- Directed by: Barbara Rubin
- Edited by: Barbara Rubin
- Distributed by: The Film-Makers' Cooperative
- Release date: 1963;
- Running time: 29 minutes
- Country: United States
- Language: Silent

= Christmas on Earth =

Christmas on Earth is a 1963 American experimental short film directed by Barbara Rubin.

==Description==
Originally titled Cocks and Cunts, Christmas on Earth features several painted and masked performers (some in black and whiteface) engaging in a variety of gay and straight sexual acts. The film's two separate black-and-white reels are projected simultaneously, one inside the other, with color filters placed on the projector lens, and, originally, an ad hoc soundtrack of contemporary rock radio. Performers included, among others, the underground star Gerard Malanga.

==Production==
Rubin, only 18 when she began filming in 1963, shot the film using a borrowed 16mm Bolex camera, in New York City, in the Ludlow Street apartment of John Cale and Tony Conrad. The 29-minute film was inspired by Jack Smith's Flaming Creatures, over which Rubin clashed with censors alongside Jonas Mekas and P. Adams Sitney. Rubin's use of superimposition, and her decision to slice the original footage into "dynamic fragments," may have been influenced by the films of Jerry Jofen and Gregory Markopoulos. Rubin described her editing process as follows:

so I spent 3 months chopping the hours of film up into a basket and then toss and toss, flip and toss and one by one Absently enchantedly Destined to splice it together and separate on to two different reels and then project one reel half the size inside the other reel full screen size.

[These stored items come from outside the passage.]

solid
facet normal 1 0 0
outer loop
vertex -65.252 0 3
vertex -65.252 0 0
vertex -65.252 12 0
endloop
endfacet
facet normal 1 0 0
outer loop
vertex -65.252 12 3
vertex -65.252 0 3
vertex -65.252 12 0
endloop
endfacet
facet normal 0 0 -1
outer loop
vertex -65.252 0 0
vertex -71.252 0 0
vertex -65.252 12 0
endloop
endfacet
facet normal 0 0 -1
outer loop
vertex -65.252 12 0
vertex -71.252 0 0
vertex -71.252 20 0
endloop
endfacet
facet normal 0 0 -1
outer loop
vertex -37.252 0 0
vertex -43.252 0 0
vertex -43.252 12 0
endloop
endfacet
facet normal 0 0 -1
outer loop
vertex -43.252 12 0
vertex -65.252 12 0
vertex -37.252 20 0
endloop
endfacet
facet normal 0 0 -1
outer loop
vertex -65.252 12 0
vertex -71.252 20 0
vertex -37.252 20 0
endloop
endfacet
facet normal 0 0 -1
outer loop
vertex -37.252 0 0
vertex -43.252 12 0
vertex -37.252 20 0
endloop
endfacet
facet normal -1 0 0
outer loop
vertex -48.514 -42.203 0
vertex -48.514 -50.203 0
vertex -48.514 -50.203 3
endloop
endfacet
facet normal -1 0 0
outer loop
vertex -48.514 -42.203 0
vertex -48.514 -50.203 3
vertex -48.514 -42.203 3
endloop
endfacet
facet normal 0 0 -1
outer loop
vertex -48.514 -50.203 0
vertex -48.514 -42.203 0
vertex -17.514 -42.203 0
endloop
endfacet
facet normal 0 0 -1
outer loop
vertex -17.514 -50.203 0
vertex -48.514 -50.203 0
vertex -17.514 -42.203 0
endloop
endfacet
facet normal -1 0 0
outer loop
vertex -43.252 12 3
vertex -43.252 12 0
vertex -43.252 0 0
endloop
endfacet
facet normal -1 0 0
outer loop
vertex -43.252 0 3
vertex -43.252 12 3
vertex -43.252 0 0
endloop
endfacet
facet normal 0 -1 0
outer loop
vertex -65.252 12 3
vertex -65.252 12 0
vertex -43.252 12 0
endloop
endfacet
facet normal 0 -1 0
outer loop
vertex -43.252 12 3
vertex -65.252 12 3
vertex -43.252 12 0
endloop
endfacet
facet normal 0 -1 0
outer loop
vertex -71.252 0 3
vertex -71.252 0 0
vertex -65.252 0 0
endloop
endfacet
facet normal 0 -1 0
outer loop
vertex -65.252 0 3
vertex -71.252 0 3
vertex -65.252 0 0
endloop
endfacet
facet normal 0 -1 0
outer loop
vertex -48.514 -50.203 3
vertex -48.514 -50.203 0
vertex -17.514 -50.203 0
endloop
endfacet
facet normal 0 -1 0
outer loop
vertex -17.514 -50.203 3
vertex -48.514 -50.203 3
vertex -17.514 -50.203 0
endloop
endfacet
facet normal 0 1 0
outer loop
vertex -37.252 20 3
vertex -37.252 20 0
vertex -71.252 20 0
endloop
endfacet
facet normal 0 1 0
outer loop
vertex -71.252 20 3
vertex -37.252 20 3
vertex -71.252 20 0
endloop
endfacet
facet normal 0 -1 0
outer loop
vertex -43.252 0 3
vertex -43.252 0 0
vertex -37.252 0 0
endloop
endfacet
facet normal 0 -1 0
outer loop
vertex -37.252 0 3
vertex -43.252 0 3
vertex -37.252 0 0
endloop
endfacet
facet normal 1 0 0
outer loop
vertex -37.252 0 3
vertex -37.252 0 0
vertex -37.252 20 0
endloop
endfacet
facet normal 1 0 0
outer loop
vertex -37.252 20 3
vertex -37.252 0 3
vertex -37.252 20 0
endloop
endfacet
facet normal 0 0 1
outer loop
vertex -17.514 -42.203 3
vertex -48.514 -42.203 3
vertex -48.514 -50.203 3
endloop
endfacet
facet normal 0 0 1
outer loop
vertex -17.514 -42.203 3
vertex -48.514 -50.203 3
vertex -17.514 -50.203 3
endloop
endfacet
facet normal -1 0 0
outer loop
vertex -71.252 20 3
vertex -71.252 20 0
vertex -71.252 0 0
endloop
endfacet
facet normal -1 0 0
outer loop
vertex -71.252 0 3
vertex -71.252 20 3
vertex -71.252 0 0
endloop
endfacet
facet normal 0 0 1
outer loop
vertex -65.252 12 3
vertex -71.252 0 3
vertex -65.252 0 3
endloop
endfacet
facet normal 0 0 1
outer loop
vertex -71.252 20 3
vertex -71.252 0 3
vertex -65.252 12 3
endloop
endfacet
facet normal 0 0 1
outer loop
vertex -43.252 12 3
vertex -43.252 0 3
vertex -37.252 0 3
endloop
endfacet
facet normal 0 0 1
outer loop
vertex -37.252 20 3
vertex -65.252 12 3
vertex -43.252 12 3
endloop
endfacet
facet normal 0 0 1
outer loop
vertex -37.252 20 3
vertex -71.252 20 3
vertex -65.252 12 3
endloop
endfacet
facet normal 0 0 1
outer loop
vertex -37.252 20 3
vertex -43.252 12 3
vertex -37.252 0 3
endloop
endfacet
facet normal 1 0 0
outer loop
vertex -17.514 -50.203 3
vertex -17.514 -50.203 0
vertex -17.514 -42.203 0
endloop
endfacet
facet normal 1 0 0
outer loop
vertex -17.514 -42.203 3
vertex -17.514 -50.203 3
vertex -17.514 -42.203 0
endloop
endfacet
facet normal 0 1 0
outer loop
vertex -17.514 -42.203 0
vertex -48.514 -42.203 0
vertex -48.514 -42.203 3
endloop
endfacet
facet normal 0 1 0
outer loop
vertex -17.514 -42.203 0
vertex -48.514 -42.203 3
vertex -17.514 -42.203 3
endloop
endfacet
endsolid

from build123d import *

# Parameters (mm, degrees)
F0_W     = 31
F0_H     = 8
F1_DEPTH = 3


with BuildPart() as f1:
    # F0 (on Top) → F1 (new body)
    with BuildSketch(Plane.XY):
        Polygon((-37.2518, 20), (-71.2518, 20), (-71.2518, 0), (-70.2518, 0), (-65.2518, 0), (-65.2518, 12), (-43.2518, 12), (-43.2518, 0), (-37.2518, 0), align=None)
        with Locations((-33.013606, -46.202545)):
            Rectangle(F0_W, F0_H)
    extrude(amount=F1_DEPTH)


solid = f1.part
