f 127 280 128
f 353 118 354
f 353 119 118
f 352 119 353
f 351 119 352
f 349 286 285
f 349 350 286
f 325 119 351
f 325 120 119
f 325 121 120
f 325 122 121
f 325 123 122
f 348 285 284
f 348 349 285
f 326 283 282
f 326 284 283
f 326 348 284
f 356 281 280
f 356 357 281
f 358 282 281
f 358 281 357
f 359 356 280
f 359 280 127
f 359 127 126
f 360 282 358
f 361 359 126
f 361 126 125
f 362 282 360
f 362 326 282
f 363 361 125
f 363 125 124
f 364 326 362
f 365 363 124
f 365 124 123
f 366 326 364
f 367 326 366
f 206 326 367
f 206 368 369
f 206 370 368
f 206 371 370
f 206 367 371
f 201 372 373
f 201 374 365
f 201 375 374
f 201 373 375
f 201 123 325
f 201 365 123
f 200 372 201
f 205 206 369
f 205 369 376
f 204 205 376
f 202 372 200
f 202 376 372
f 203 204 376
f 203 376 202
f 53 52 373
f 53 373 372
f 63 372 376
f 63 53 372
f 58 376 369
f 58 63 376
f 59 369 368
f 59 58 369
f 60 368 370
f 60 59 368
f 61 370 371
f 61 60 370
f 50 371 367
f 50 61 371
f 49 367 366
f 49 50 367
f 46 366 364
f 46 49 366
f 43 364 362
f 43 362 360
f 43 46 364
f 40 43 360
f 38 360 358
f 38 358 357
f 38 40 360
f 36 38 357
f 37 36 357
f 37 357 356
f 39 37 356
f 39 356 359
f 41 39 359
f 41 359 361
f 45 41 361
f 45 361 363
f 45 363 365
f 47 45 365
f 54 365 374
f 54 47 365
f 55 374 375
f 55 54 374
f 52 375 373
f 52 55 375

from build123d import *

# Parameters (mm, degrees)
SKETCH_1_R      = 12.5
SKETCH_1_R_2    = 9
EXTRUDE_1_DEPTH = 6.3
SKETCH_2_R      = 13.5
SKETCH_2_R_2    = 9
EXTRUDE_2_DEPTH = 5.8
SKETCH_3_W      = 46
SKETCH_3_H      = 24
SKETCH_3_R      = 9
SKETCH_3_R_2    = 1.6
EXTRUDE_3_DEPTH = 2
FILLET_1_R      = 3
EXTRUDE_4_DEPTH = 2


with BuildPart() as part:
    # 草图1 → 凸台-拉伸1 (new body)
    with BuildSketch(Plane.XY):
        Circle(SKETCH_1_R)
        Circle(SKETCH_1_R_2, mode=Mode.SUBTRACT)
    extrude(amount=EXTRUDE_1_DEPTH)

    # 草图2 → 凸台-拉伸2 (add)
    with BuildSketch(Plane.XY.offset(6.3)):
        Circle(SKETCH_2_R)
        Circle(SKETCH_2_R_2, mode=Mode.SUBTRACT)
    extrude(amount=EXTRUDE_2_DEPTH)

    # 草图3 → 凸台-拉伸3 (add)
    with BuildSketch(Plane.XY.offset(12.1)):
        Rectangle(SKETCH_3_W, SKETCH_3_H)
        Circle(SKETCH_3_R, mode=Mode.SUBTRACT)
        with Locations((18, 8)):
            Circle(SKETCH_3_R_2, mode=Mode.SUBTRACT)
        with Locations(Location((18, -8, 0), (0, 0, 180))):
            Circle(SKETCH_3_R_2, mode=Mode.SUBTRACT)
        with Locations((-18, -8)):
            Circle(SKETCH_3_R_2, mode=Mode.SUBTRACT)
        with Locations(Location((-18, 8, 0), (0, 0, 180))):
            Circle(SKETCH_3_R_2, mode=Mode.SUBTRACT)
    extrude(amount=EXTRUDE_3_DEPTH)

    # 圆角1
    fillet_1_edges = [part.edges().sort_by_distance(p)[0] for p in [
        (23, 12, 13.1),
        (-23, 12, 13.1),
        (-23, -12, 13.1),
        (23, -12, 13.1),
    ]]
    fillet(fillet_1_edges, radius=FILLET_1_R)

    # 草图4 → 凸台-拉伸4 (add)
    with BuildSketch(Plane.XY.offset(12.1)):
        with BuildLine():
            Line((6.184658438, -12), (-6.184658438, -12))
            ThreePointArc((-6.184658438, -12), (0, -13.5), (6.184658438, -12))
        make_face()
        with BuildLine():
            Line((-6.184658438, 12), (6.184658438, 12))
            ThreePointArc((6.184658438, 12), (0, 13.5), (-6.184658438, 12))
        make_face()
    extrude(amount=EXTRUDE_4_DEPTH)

She worked with Criterion Film Labs in Midtown Manhattan, which was willing to develop the rolls.

The title derives from Arthur Rimbaud's "Morning" from the extended poem A Season in Hell:

When will we go, over mountains and shores, to hail the birth of new labor, new wisdom, the flight of tyrants and demons, the end of superstition, – to be the first to adore! – Christmas on earth!

The film has been described by critics as "among the most radical ever made"; "far and away the most sexually explicit film produced by the pre-porn underground"; and "an essential document of queer and feminist cinema."

==Release==
Due to its explicit nature, the New York City police tried to suppress the film; for a time during the mid-1960s Rubin habitually carried her one copy around with her for safekeeping. Allen Ginsberg was so impressed by Christmas on Earth he initiated an affair with Rubin after seeing it for the first time. Mekas praised it in Film Culture: "The first shock changes into silence then is transposed into amazement. We have seldom seen such down-to-body beauty, so real as only beauty (man) can be: terrible beauty that man, that woman is..." The film was used in Exploding Plastic Inevitable shows until Velvet Underground drummer Moe Tucker objected.

After only a few screenings in the sixties, Rubin asked Mekas to destroy Christmas on Earth; instead, he shelved it. Years later she had another change of heart. The film's next public screening came in 1983, at the Collective for Living Cinema. Critic J. Hoberman praised it, commenting that "To see Christmas on Earth is to watch history remade." Filmmaker Ken Jacobs dismissed the film as amateurish, calling it "so awful—such an abomination". "Since 1983, it has been screened regularly," wrote Johan Kugelberg, "and is slowly but steadily taking its place in the canon of 1960s underground films and cultural milestones that unraveled American censorship law and opened the field for artistic studies of sexual narratives."